Billie Eilish’s 12 best music videos

If there’s one thing we’ve learned from Billie Eilish’s six-year career, it’s that the pop star takes her job seriously. As the sole songwriter behind her melancholic, genre-defying sound, which she built with her brother Finneas, she is also somewhat of a professional stuntman. Nowhere else is Eilish’s fierce dedication to her craft best demonstrated than in her music videos, which saw her pouring black liquid out of her orifices, filming while submerged in water, and holding a literal tarantula in her mouth, among other extreme feats. .

Ahead of the arrival of the singer’s third album, Hit me hard and soft – which is sure to produce its own array of dazzling videos – we decided to take a look back at Eilish’s impressive video catalogue, which has seen her evolve from a dark-minded horror fan to a director with limitless vision.

“Ocean Eyes” (2016)

“Ocean Eyes” is Eilish’s first music video, and calling it simple would be an understatement (she just sings into the camera while hands move a purple latex sheet behind her). But it was enough to captivate an audience of millions – perhaps because of the intensity of that look.

“Stomachache” (2017)

Have you ever gone for a nice sunny walk, only to be stopped by the police for putting your friend’s bodies in the back of your car? Well, that’s what happens to Eilish in the video for “Bellyache” — note the lyrics — our first sign of the singer’s dark side.

“when the party is over” (2018)

According to Eilish, the black goop she drinks “when the party is over” was a mix of Xanthum gum and charcoal water, a concoction she found “miserable.” She also had tubes taped to her inner tear ducts to drain the tears, but all that effort came together for what remains one of her most visually striking videos to date.

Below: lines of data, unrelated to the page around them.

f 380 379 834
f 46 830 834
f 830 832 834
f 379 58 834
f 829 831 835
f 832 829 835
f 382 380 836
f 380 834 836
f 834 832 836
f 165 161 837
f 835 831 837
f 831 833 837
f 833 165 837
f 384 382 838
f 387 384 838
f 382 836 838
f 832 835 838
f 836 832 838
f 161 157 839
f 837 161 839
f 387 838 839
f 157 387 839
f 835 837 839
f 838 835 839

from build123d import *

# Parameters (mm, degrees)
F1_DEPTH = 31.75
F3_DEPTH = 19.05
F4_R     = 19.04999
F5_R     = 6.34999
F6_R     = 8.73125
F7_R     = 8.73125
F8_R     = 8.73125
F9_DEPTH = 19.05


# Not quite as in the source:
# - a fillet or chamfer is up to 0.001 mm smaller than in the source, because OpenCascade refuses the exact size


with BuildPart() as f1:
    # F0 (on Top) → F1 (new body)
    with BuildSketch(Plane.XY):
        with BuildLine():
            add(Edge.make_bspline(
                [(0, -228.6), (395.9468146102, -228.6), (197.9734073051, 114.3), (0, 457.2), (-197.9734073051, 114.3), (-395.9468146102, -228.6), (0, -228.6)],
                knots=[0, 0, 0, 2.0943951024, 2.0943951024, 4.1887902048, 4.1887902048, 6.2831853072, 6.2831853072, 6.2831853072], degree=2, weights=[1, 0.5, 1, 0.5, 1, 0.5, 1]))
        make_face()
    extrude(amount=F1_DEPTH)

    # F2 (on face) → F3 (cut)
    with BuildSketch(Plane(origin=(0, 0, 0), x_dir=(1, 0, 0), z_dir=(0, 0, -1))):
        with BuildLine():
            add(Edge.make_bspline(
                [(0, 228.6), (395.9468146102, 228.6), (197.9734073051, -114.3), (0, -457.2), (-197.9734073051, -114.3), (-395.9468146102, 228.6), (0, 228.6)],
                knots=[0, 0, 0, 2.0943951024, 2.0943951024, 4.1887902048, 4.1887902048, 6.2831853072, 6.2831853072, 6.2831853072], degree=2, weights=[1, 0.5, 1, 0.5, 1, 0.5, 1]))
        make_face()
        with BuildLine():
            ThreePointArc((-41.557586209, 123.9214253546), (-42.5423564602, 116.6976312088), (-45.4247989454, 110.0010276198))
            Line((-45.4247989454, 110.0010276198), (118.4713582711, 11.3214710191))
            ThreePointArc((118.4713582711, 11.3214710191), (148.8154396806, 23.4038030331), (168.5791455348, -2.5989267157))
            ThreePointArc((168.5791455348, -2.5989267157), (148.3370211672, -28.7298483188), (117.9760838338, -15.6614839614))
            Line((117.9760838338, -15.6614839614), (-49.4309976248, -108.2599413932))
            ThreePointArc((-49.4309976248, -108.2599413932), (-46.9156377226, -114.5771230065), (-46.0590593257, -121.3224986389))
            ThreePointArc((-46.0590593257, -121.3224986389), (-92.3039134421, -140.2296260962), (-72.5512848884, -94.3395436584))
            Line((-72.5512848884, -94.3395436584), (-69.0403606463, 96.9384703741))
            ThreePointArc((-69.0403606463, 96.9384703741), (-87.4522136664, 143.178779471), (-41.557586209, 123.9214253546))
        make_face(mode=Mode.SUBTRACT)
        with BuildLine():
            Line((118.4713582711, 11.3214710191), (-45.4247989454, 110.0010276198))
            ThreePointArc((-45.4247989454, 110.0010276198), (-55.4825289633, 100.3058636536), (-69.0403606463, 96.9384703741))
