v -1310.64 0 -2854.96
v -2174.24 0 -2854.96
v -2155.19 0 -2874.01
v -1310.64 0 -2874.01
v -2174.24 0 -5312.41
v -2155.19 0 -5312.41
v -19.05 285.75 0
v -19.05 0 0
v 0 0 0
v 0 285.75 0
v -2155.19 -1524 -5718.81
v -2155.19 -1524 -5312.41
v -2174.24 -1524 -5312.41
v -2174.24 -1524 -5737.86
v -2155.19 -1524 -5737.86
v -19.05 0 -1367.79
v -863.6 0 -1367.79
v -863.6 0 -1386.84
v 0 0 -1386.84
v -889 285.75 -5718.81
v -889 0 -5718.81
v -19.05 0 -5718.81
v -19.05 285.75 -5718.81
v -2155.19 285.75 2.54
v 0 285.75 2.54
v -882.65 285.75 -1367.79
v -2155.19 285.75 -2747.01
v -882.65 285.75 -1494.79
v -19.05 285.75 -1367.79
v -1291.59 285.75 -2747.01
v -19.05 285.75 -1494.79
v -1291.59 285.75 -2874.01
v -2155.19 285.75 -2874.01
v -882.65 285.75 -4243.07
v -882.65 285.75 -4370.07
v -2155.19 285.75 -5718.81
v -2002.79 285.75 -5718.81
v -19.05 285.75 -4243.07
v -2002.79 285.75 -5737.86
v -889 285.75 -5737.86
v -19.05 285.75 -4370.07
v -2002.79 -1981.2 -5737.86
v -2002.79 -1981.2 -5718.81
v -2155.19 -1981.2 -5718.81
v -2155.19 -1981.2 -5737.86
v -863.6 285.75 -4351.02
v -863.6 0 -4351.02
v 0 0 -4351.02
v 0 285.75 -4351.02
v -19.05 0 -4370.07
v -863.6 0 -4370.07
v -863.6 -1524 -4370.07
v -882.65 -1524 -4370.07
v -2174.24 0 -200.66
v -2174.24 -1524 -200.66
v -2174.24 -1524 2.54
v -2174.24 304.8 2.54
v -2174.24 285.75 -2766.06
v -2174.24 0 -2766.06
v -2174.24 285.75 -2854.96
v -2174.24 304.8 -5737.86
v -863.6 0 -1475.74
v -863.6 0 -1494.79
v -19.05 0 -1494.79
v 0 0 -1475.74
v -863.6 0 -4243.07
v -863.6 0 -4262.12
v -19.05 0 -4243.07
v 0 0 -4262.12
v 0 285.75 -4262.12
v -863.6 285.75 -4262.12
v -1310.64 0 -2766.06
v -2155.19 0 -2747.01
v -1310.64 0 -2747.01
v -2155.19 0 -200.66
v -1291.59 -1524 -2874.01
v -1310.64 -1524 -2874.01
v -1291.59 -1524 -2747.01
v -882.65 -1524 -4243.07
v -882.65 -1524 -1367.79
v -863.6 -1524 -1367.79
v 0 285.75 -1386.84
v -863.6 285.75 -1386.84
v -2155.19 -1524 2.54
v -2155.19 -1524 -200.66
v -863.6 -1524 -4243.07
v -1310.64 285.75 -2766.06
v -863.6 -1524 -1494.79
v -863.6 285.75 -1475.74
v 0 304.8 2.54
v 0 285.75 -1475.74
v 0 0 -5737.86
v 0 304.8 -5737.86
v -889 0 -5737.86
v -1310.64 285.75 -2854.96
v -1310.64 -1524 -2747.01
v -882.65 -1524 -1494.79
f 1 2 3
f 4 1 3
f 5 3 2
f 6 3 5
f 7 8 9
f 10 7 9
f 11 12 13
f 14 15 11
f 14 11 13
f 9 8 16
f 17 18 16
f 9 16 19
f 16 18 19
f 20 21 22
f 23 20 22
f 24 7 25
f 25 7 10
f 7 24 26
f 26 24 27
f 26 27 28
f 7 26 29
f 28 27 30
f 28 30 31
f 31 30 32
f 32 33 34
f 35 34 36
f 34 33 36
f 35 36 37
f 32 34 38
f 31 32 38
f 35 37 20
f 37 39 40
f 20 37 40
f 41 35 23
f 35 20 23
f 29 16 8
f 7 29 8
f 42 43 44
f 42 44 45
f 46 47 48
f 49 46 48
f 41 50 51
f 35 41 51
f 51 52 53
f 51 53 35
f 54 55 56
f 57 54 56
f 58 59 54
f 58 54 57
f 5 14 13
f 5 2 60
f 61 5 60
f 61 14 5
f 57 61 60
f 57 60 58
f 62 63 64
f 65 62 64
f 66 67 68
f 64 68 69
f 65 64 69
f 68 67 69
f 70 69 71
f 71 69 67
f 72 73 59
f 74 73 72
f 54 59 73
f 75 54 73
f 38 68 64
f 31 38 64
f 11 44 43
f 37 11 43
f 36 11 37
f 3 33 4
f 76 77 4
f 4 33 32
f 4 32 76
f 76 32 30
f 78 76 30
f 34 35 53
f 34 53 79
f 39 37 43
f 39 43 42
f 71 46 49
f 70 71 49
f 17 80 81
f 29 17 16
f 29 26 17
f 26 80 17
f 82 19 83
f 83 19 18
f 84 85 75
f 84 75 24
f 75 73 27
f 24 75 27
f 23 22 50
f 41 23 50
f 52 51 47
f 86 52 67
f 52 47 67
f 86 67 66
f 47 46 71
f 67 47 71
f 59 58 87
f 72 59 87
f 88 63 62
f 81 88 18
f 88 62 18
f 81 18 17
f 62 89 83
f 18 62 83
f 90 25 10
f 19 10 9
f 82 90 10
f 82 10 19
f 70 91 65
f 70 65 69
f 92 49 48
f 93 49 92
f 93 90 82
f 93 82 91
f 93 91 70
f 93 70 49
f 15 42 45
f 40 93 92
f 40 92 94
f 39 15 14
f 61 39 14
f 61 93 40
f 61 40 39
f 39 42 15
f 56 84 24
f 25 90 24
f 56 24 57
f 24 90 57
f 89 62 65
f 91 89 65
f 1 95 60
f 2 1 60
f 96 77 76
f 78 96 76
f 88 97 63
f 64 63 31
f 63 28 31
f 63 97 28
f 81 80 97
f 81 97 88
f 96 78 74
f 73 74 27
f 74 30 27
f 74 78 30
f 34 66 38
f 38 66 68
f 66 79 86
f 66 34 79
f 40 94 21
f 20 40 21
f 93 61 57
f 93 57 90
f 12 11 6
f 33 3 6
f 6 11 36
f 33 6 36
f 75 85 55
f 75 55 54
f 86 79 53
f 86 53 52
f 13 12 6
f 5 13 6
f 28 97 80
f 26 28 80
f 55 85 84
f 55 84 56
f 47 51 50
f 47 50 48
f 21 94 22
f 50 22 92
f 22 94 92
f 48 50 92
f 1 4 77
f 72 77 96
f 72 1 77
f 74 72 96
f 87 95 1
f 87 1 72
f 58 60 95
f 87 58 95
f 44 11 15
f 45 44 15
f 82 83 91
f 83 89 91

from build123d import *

# Parameters (mm, degrees)
BOSS_EXTRUDE1_DEPTH = 304.8
SKETCH2_W           = 2174.24
SKETCH2_H           = 5740.4
BOSS_EXTRUDE2_DEPTH = 19.05
BOSS_EXTRUDE3_DEPTH = 285.75
SKETCH4_W           = 19.05
SKETCH4_H           = 127
BOSS_EXTRUDE4_DEPTH = 1524
SKETCH5_W           = 19.05
SKETCH5_H           = 2286
BOSS_EXTRUDE5_DEPTH = 152.4
SKETCH6_W           = 19.05
SKETCH6_H           = 1524
BOSS_EXTRUDE6_DEPTH = 5740.4
SKETCH7_W           = 5111.75
SKETCH7_H           = 1524
CUT_EXTRUDE1_DEPTH  = 6442.508732875


with BuildPart() as part:
    # Sketch1 → Boss-Extrude1 (new body)
    with BuildSketch(Plane(origin=(0, 0, 0), x_dir=(1, 0, 0), z_dir=(0, 1, 0))):
        Polygon((0, 0), (0, 1386.84), (-863.6, 1386.84), (-863.6, 1475.74), (0, 1475.74), (0, 4262.12), (-863.6, 4262.12), (-863.6, 4351.02), (0, 4351.02), (0, 5737.86), (-889, 5737.86), (-889, 5718.81), (-19.05, 5718.81), (-19.05, 4370.07), (-882.65, 4370.07), (-882.65, 4243.07), (-19.05, 4243.07), (-19.05, 1494.79), (-882.65, 1494.79), (-882.65, 1367.79), (-19.05, 1367.79), (-19.05, 0), align=None)
    extrude(amount=BOSS_EXTRUDE1_DEPTH)

    # Sketch2 → Boss-Extrude2 (add)
    with BuildSketch(Plane(origin=(0, 304.8, 0), x_dir=(1, 0, 0), z_dir=(0, 1, 0))):
        with Locations((-1087.12, 2867.66)):
            Rectangle(SKETCH2_W, SKETCH2_H)
    extrude(amount=-BOSS_EXTRUDE2_DEPTH)

    # Sketch3 → Boss-Extrude3 (add)
    with BuildSketch(Plane.XZ.offset(-285.75)):
        Polygon((-2174.24, 2.54), (-2174.24, -2766.06), (-1310.64, -2766.06), (-1310.64, -2854.96), (-2174.24, -2854.96), (-2174.24, -5737.86), (-2155.19, -5737.86), (-2155.19, -2874.01), (-1291.59, -2874.01), (-1291.59, -2747.01), (-2155.19, -2747.01), (-2155.19, 2.54), align=None)
    extrude(amount=BOSS_EXTRUDE3_DEPTH)

    # Sketch4 → Boss-Extrude4 (add)
    with BuildSketch(Plane.XZ):
        with Locations((-873.125, -1431.29)):
            Rectangle(SKETCH4_W, SKETCH4_H)
        with Locations((-1301.115, -2810.51)):
            Rectangle(SKETCH4_W, SKETCH4_H)
        with Locations((-873.125, -4306.57)):
            Rectangle(SKETCH4_W, SKETCH4_H)
    extrude(amount=BOSS_EXTRUDE4_DEPTH)

    # Sketch5 → Boss-Extrude5 (add)
    with BuildSketch(Plane(origin=(-2155.19, 0, 0), x_dir=(0, 0, -1), z_dir=(1, 0, 0))):
        with Locations((5728.335, -838.2)):
            Rectangle(SKETCH5_W, SKETCH5_H)
    extrude(amount=BOSS_EXTRUDE5_DEPTH)

    # Sketch6 → Boss-Extrude6 (add)
    with BuildSketch(Plane(origin=(0, 0, -5737.86), x_dir=(-1, 0, 0), z_dir=(0, 0, -1))):
        with Locations((2164.715, -762)):
            Rectangle(SKETCH6_W, SKETCH6_H)
    extrude(amount=-BOSS_EXTRUDE6_DEPTH)

    # Sketch7 → Cut-Extrude1 (cut, through all)
    with BuildSketch(Plane(origin=(-2155.19, 0, 0), x_dir=(0, 0, -1), z_dir=(1, 0, 0))):
        with Locations((2756.535, -762)):
            Rectangle(SKETCH7_W, SKETCH7_H)
    extrude(amount=-CUT_EXTRUDE1_DEPTH, mode=Mode.SUBTRACT)


solid = part.part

“You Should See Me in a Crown” (2018)

It might make the sight of Eilish’s terrifying yet impressive “You Should See Me In A Crown” more bearable knowing that the singer loves spiders and even once had one as a pet. But then again: probably not.

“bad guy” (2019)

“Bad Guy” is the singer’s most colorful video to date, but you can still count on Billie’s classics: blood coming out of the nose, creepy crawling backwards across the carpet, and decapitated heads (which Are CGI, thankfully).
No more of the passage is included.